Improved Recommendation Engine

I have been working on an improved recommendation engine for Twitter users you should follow, however the basic concept is easily used for other recommendations.

Simple Algorithm

While there are many different ways to come up with recommendations, a common one is to look at the the most common friends-of-friends that you have.

This algorithm is trivial to implement, in SQL you would use something like:

SELECT f2.follows_user_id, COUNT( * ) 
FROM following AS f1
INNER JOIN following AS f2 ON f1.follows_user_id = f2.user_id
WHERE f1.user_id =16308660
GROUP BY f2.follows_user_id
ORDER BY COUNT( * ) DESC 

and in Chyper you would use something like:

MATCH (n:Member { id:'James'})-[fr:FRIENDS_WITH]->(f)-[fofr:FRIENDS_WITH]->(fof) 
RETURN fof.name, count(fofr) 
ORDER BY count(fofr) DESC

Drawbacks

The algorithm is a very broad brush approach and ignores the fact that within the community of people that I follow, there are clusters of users that might have the same interests, such as Neo4j, Web Development, Gardening or just all work for the same company.

While this broad brush approach is useful to find the most popular people in the network globally, such as Stephen Fry or Richard Branson , it will miss people who are popular within small clusters, but not globally, whom I might also be interested in following.

Simple Social Network

In the example above, Alice and Bob form a cluster (as they follow each other), and they both follow S. This means I am probably interested in following S, even though globally they would rank quite low (below Q and R).

Improving the Algorithm

What I wanted was a way to find the users I should follow within these clusters. First I needed to cluster the people that I follow, you can see how I did this in my post here.

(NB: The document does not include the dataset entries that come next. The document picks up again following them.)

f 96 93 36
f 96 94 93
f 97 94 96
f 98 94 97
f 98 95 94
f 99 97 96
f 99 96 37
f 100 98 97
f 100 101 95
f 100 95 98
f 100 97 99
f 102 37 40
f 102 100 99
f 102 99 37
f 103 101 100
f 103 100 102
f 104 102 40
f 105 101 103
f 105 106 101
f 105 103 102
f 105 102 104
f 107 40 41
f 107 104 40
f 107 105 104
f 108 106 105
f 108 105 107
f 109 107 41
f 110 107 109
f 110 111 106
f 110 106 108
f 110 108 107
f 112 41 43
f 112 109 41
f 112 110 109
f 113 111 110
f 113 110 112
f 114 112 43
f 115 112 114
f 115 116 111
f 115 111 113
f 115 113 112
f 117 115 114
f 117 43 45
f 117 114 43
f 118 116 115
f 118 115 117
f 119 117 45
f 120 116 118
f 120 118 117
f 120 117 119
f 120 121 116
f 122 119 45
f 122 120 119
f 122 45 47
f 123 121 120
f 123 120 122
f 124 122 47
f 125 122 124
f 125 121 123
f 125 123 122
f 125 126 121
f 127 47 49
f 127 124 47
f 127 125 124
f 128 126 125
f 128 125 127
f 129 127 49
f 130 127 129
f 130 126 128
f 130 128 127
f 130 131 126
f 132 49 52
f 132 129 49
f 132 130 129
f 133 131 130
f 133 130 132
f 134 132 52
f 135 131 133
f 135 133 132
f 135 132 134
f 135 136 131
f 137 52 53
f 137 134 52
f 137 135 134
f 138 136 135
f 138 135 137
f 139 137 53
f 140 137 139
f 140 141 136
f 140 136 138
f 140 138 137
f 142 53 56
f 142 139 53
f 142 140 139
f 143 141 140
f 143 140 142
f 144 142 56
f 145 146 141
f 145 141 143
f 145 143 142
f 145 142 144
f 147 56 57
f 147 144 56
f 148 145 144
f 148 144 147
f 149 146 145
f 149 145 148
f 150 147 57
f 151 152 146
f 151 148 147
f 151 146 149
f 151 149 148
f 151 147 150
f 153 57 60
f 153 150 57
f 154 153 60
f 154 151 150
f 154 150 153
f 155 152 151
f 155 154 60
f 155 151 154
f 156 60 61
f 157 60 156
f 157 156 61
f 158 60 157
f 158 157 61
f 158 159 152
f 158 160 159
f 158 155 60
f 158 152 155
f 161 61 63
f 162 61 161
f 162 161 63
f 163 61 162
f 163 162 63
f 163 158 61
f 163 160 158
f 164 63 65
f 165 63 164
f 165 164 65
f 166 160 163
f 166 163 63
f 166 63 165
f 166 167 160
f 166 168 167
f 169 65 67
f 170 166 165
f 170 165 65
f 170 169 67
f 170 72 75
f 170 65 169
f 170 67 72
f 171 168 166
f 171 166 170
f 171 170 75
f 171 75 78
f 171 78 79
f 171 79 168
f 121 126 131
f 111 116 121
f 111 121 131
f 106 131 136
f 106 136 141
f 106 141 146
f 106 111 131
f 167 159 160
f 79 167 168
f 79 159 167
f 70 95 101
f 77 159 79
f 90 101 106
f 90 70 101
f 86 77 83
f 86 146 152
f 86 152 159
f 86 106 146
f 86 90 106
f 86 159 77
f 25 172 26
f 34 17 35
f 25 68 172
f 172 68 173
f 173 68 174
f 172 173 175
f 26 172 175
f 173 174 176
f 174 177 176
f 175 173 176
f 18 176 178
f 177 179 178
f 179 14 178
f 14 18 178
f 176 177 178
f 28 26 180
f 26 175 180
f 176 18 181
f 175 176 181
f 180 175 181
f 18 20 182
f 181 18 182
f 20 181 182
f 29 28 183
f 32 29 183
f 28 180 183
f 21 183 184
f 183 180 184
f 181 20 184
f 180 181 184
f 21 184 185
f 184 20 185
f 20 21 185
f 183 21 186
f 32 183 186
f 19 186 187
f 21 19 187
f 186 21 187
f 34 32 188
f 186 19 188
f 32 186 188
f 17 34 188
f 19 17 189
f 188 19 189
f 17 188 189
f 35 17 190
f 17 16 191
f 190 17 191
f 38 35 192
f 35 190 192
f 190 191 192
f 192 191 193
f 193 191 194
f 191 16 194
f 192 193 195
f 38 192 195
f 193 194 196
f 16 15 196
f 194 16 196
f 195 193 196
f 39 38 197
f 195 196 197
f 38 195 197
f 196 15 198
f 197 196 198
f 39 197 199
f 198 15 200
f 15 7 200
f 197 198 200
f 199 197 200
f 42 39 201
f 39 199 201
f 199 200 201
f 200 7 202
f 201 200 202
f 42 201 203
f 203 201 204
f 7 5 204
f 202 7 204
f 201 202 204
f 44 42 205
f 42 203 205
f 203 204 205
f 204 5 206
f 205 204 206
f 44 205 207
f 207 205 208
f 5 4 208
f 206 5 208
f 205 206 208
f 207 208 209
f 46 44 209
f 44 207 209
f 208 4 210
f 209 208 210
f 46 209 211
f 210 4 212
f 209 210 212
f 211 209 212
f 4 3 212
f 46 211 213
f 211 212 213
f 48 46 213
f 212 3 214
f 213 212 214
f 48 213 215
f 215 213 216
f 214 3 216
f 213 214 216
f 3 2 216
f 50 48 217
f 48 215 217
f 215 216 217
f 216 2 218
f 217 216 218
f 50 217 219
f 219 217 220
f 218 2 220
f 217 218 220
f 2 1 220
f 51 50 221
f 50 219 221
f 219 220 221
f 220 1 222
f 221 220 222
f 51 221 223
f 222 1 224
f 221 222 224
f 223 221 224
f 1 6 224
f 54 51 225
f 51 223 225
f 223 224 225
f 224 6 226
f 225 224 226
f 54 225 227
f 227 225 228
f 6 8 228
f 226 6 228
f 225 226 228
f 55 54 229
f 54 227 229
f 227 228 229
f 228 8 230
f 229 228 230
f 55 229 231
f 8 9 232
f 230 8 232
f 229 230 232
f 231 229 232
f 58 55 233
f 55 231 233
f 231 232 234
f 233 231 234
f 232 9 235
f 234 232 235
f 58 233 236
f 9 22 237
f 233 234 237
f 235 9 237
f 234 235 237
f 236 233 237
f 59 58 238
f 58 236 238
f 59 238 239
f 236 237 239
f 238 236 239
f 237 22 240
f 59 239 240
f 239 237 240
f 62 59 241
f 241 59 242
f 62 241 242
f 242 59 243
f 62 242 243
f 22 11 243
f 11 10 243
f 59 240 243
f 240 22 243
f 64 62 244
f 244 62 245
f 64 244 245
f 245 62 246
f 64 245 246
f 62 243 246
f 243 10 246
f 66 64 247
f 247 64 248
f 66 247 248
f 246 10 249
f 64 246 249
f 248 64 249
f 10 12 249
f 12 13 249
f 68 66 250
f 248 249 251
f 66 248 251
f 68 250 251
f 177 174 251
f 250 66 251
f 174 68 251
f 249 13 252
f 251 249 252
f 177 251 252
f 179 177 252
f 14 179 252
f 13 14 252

Once I had the different clusters, I updated the algorithm to the following:
1) Find the users in each cluster
2) Find the most popular friends-of-friends in each cluster
3) Rank these users by the percentage of followers in the cluster and the size of the cluster.

In SQL this looks something like

SELECT c.cluster_id, f.follows_user_id, c.cluster_size, count(*) as c, count(*)/c.cluster_size as p
FROM cluster as c
RIGHT JOIN cluster_member as cm ON c.cluster_id = cm.cluster_id
RIGHT JOIN following as f ON f.user_id = cm.member
GROUP BY c.cluster_id, f.follows_user_id
ORDER BY count(*) / cluster_size DESC, `c`.`cluster_size` DESC, count(*) DESC

However that SQL is very inefficant so I used a modified version below;

REATE TEMPORARY TABLE IF NOT EXISTS cluster_method ENGINE=MEMORY 
as (
SELECT c.cluster_id, f.follows_user_id, c.cluster_size, count(*) as c, count(*)/c.cluster_size as p
FROM cluster as c
RIGHT JOIN cluster_member as cm ON c.cluster_id = cm.cluster_id
RIGHT JOIN following as f ON f.user_id = cm.member
WHERE c.cluster_size >= 5
GROUP BY c.cluster_id, f.follows_user_id
HAVING count(*) / cluster_size > 0.6
ORDER BY `c`.`cluster_size` DESC, count(*) DESC);

DELETE FROM cluster_method WHERE follows_user_id IN
(SELECT follows_user_id FROM following WHERE user_id = $twitterUserId);

SELECT follows_user_id as id, MAX(p) as p
FROM cluster_method 
WHERE follows_user_id <> 16308660 
GROUP BY follows_user_id
ORDER BY MAX(p) DESC, cluster_size DESC;

In Chypher it is much simpler and looks like this:

MATCH (n:Member { id:'James'})-[cr:MEMBER_OF]->(c)<-[cr1:MEMBER_OF]-(f)-[fofr:FRIENDS_WITH]->(fof) 
RETURN c.name, fof.name, count(cr1), count(fofr) 
ORDER BY count(fofr)/count(cr1) DESC, count(cr1) DESC

This new algorithm is not perfect, one issue is that with smaller cluster it is easier for every member to follow a particular user do potentially the ranking needs to be tweaked to account for this. One thing I did in the production implementation was ignore sub-communities with a size less that 5. You also need to do the extra step of determining the sub-communities up front, however even with these issues this algorithm helped me find interesting people to follow that I would otherwise not have found such as the awesome Nanogirl

Note: In both examples I haven’t accounted for users that you already follow, you can remove these easily once you have the list of recommended users to follow. I didn’t show it in the examples above as the method is the same in both cases and I wanted to make the examples clearer.